Ils sont arrivés au poste d'avant-garde. Ils y trouvèrent un chaos incroyable. Tout était brisé, comme si une tornade s'était précipitée sur eux. Aucune des sentinelles n'y survécurent. Ils trouvèrent un demi-corps sur un toit, une partie d'un autre corps écrasé sur un mur. Les cadavres n'étaient pas frais. L'odeur était épouvantable car ils avaient déjà commencé à pourrir. Arja remarqua immédiatement que quelque chose n'allait pas, mais Typhon l'attrapa d'abord par le bras.
"S'ils ont envoyé le message hier, ils ne peuvent pas être dans cet état. Même avec la chaleur. Ces hommes sont morts depuis longtemps."

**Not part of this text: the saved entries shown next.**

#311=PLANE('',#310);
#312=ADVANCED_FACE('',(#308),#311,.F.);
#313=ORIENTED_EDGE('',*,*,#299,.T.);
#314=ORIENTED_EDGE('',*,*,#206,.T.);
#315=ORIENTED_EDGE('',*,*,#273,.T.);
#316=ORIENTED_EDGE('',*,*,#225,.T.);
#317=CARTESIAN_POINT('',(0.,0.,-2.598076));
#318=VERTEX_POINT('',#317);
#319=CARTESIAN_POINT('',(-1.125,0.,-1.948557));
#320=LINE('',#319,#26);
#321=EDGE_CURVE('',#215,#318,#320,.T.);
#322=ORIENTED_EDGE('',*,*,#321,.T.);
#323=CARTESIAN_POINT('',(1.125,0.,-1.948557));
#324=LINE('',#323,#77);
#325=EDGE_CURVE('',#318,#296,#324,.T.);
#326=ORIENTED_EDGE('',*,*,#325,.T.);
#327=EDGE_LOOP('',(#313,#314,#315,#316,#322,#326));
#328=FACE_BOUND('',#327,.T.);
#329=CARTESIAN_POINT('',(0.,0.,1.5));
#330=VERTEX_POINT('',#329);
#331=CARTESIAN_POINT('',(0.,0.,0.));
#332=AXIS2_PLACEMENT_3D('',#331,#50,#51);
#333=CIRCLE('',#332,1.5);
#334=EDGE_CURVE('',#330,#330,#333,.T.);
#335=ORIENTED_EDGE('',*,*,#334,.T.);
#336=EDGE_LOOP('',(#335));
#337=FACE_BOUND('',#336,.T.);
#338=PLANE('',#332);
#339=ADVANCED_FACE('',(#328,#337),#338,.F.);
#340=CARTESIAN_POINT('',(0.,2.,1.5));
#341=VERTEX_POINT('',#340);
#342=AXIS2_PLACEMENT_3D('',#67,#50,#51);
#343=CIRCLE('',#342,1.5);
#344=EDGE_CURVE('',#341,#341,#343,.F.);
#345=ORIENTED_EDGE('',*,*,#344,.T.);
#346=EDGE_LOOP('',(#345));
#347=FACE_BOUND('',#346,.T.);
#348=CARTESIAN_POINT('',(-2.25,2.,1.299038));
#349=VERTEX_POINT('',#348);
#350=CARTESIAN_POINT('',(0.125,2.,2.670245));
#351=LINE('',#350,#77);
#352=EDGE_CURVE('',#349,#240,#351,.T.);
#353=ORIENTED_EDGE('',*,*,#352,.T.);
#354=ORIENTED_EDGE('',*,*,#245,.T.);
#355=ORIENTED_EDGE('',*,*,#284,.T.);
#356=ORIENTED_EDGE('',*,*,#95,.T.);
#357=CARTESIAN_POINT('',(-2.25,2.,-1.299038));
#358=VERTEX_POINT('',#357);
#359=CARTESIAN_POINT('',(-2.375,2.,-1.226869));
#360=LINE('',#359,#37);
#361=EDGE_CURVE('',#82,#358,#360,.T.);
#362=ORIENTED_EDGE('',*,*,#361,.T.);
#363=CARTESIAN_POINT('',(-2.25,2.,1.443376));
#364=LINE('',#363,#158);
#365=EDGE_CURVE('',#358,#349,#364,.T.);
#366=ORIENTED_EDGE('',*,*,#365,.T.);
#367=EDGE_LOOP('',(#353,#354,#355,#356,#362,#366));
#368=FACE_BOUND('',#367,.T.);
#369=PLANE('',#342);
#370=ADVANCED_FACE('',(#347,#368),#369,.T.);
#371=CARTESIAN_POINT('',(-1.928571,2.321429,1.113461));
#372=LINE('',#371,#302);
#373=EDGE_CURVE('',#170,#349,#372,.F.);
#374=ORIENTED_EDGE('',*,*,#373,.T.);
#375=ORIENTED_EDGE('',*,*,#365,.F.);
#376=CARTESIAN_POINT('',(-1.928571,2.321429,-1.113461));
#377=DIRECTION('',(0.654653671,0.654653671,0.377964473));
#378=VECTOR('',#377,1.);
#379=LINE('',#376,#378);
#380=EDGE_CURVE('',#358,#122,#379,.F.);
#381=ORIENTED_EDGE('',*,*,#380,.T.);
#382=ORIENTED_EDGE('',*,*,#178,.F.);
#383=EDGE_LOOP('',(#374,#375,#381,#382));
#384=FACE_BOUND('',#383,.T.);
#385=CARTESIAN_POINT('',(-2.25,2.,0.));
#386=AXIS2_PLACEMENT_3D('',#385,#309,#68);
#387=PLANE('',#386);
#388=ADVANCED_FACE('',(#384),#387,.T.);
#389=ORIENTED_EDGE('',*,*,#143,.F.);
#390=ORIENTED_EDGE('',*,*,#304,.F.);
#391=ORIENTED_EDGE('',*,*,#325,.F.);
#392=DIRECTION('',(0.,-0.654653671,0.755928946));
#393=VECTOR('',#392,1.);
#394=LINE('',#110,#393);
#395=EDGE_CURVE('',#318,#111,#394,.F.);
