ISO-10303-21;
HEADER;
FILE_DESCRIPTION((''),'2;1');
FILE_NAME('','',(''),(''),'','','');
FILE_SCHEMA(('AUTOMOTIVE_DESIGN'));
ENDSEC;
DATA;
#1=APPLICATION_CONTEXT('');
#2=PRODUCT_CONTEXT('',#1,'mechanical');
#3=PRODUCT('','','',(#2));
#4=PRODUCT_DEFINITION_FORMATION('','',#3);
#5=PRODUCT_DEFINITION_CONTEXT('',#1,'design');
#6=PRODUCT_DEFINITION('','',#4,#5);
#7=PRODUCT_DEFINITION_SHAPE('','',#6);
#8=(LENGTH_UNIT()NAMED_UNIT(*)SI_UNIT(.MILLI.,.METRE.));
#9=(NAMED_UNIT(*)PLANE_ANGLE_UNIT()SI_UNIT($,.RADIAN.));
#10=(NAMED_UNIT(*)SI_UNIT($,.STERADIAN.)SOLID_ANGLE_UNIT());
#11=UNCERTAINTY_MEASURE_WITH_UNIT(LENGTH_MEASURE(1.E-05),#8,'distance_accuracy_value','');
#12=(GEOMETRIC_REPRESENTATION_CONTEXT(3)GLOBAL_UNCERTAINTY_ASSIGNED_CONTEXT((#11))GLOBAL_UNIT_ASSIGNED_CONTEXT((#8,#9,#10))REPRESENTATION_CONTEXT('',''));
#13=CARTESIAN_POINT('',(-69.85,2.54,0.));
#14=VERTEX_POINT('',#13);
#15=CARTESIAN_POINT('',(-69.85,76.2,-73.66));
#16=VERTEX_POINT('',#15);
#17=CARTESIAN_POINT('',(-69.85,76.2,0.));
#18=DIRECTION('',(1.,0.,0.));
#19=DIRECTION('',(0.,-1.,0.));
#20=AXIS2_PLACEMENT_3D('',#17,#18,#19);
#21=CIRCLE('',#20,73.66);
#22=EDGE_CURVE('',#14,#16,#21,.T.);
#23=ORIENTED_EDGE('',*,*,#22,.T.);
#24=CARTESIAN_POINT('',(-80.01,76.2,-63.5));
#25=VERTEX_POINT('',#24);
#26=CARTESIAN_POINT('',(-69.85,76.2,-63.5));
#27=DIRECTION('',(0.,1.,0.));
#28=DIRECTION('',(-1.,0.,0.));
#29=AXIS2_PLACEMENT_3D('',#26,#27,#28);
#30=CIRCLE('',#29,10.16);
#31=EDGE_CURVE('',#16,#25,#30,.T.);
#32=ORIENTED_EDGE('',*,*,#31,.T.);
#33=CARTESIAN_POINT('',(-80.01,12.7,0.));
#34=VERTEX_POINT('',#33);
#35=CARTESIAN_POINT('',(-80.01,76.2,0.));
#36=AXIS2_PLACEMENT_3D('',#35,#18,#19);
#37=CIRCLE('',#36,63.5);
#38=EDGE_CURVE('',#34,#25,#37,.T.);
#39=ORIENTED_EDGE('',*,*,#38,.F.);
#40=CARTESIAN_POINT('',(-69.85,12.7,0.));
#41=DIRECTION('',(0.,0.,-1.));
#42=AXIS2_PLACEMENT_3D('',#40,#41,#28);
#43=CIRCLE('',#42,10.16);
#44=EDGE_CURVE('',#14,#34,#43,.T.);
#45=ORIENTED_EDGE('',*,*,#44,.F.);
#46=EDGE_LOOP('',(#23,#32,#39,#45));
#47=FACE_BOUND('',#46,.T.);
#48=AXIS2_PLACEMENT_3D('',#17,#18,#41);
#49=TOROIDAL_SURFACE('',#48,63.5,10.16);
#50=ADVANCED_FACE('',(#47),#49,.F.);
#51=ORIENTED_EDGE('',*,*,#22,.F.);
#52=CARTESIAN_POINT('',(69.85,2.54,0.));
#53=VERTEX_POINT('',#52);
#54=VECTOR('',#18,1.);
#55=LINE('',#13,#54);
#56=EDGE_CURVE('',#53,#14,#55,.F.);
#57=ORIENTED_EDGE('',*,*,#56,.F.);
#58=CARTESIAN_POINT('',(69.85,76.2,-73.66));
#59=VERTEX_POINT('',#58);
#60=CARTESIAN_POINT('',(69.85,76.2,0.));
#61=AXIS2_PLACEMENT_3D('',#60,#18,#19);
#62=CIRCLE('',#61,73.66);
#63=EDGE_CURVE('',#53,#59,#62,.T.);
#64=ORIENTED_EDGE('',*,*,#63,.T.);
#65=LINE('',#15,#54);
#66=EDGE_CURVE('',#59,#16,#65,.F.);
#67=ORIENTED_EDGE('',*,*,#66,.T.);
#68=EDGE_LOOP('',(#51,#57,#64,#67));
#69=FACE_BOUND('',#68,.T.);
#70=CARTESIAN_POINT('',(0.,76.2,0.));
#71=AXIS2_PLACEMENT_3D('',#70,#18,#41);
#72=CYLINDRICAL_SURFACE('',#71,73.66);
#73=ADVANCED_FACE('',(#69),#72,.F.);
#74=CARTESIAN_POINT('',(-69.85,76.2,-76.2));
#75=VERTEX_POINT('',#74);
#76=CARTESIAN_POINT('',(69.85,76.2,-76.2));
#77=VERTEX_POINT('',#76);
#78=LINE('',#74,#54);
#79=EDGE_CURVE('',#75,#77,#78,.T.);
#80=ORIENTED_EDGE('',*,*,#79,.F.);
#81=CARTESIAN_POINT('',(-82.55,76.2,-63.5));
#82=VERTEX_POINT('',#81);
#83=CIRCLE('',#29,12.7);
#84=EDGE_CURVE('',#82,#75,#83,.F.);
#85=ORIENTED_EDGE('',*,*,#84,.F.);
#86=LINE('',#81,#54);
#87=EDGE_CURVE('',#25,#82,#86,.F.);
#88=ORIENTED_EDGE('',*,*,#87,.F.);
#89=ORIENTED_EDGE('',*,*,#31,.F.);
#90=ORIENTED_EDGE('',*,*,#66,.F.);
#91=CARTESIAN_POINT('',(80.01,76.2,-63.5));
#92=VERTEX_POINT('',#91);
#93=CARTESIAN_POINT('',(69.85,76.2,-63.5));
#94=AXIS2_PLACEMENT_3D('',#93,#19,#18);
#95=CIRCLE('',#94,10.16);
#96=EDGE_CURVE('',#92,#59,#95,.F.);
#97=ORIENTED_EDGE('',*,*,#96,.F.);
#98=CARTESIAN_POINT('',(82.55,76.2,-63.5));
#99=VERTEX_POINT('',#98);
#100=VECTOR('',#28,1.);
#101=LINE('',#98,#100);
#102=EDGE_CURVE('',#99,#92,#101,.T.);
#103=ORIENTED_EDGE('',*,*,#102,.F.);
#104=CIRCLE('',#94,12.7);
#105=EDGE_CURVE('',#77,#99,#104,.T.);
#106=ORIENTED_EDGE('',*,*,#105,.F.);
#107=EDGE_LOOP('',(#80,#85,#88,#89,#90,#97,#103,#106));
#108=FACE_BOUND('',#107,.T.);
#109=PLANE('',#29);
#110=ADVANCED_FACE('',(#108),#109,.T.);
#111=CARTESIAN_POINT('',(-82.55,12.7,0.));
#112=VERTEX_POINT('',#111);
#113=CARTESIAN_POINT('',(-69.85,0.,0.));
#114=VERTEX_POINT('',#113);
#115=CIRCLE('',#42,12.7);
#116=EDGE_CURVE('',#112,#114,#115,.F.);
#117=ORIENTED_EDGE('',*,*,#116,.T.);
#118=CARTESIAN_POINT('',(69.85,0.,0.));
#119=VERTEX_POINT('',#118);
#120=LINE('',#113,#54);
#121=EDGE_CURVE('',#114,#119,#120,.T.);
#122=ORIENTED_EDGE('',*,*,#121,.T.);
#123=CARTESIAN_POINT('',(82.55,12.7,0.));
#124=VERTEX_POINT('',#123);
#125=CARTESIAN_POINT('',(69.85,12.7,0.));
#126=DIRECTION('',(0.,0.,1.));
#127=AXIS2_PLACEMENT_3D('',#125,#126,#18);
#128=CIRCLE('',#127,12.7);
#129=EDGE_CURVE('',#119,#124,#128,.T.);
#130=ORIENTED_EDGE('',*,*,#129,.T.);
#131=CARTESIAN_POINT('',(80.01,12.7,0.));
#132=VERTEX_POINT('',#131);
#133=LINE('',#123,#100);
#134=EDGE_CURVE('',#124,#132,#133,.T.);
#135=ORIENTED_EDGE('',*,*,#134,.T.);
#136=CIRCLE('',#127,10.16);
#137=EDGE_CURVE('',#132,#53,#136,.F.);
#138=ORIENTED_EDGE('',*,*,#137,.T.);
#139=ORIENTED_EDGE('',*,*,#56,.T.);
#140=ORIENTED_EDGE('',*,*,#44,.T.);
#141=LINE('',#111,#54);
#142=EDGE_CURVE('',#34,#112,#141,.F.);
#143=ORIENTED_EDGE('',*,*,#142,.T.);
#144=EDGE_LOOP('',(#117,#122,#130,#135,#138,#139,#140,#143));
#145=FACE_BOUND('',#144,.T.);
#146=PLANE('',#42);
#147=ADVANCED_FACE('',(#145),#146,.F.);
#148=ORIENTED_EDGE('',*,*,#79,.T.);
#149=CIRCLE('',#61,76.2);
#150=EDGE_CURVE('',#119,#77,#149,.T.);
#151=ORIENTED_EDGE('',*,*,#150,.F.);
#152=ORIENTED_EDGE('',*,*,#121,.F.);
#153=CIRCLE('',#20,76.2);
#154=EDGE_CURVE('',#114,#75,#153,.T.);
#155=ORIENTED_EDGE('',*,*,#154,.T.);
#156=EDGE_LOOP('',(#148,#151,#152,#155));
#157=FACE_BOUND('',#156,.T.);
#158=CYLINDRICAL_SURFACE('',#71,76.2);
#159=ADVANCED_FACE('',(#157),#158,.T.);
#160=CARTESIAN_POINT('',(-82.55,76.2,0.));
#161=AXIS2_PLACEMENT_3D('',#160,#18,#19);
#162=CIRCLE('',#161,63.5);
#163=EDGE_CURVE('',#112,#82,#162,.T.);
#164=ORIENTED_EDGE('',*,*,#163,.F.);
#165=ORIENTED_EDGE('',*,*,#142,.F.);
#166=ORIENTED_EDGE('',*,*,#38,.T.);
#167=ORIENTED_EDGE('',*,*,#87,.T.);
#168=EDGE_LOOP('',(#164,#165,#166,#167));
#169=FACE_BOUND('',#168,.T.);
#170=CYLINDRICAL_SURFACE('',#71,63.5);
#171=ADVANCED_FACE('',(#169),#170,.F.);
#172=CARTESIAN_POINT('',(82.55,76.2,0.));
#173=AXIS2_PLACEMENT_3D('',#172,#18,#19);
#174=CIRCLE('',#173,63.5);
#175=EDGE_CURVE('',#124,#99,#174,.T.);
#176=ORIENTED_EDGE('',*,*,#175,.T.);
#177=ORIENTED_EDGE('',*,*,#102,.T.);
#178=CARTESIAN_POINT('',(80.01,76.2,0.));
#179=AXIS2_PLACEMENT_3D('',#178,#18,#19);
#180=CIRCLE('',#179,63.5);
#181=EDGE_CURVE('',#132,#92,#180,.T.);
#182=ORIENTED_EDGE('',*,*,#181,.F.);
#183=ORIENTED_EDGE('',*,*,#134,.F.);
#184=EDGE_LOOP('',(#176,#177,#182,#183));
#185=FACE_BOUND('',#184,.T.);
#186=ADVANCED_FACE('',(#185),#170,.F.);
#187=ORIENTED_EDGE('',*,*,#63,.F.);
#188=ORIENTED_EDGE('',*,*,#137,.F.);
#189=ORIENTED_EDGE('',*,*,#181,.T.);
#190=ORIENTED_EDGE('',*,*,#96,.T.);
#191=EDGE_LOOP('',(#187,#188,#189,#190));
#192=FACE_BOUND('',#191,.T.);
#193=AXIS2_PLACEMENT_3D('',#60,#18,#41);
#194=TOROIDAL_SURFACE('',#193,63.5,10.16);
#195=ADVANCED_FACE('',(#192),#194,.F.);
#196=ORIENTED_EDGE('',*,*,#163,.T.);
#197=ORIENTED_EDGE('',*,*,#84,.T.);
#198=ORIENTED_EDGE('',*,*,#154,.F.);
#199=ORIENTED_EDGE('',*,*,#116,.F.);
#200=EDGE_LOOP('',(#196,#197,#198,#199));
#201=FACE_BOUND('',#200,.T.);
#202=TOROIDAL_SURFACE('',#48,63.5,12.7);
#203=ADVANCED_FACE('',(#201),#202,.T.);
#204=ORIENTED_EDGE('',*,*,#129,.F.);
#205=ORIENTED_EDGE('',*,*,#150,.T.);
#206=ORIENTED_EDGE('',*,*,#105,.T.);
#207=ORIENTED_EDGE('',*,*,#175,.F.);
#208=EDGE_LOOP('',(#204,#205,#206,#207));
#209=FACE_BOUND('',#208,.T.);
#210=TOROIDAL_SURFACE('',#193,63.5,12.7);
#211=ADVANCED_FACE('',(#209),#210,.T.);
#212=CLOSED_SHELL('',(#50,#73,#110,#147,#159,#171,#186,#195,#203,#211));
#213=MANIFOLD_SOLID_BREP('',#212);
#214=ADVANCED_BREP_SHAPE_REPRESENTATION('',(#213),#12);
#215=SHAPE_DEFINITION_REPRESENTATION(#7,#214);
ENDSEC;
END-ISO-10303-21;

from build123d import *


with BuildPart() as part:
    # Sweep1: sweep along a path in Sketch2
    with BuildLine(Plane(origin=(0, 0, 0), x_dir=(0, 0, -1), z_dir=(1, 0, 0))) as sweep1_path:
        ThreePointArc((0, 0), (53.881536726, 22.318463274), (76.2, 76.2))
    # Sketch1 → Sweep1 (sweep)
    with BuildSketch(Plane.XY):
        with BuildLine():
            Line((-69.85, 0), (69.85, 0))
            ThreePointArc((69.85, 0), (78.830256121, 3.719743879), (82.55, 12.7))
            Line((82.55, 12.7), (80.01, 12.7))
            ThreePointArc((80.01, 12.7), (77.034204897, 5.515795103), (69.85, 2.54))
            Line((69.85, 2.54), (-69.85, 2.54))
            ThreePointArc((-69.85, 2.54), (-77.034204897, 5.515795103), (-80.01, 12.7))
            Line((-80.01, 12.7), (-82.55, 12.7))
            ThreePointArc((-82.55, 12.7), (-78.830256121, 3.719743879), (-69.85, 0))
        make_face()
    sweep(path=sweep1_path.line)


solid = part.part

Cela signifiait que le message avait été envoyé par quelqu'un d'autre, ce qui était impossible car le général ne commettrait jamais une erreur. Arja libéra son bras et s'avança dans cet endroit désolé. Elle observa les toits, les murs, le sol. Elle semblait comprendre quelque chose.
"À quoi penses-tu Arja ?"
Elle leva la tête, elle était livide.
"C'était un dragon."
Typhon parut pâlir à son tour. Il rit nerveusement.
"Ils n'existent pas. Personne n'a jamais vu de dragon. Pourquoi dis-tu cela ?"
Elle lui montra les traces sur le sol, les ravages sur les murs. Pour elle, il n'y avait aucun doute. C'était exactement comme cela qu'on les décrivait dans les livres qu'elle avait dû lire lors de son éducation au palais. Les créatures oubliées et imaginaires faisaient partie de la culture d'une princesse. Elle était sûre d'elle en cet instant et elle était sûre que la mission de sauvetage était déjà un échec. Si elle avait raison, alors il n'y avait plus personne à sauver.
Ils tournèrent en direction du désert et Typhon lui prit la main. Il semblait terrifié à l'idée d'y aller. La nuit surplombait le désert, et si ce désert était le pire endroit du monde connu, c'est aussi parce que... La nuit y était éternelle...
Typhon n'eut jamais aussi peur de partir en mission. Il serra sa main avec force.
"Arja, si quelque chose arrive. Laisse-moi là et sauve-toi."
Elle lui sourit et fit le premier pas. Dans sa chemise, tout près de son cœur, la première lettre qu'elle avait reçue lui donnerait la force de revenir à la maison. Elle était aussi terrifiée, mais après avoir observé son partenaire, elle était confiante.
"Je crois en nous, nous ferons en sorte que cette mission soit une aussi bonne réussite que les autres. Tu verras."
C'est alors qu'ils s'enfoncèrent pour de bon dans le désert. Au-dessus d'eux, les nuages étaient épais et derrière eux, la lumière disparaissait lentement. Ils entrèrent dans la longue nuit de Rika.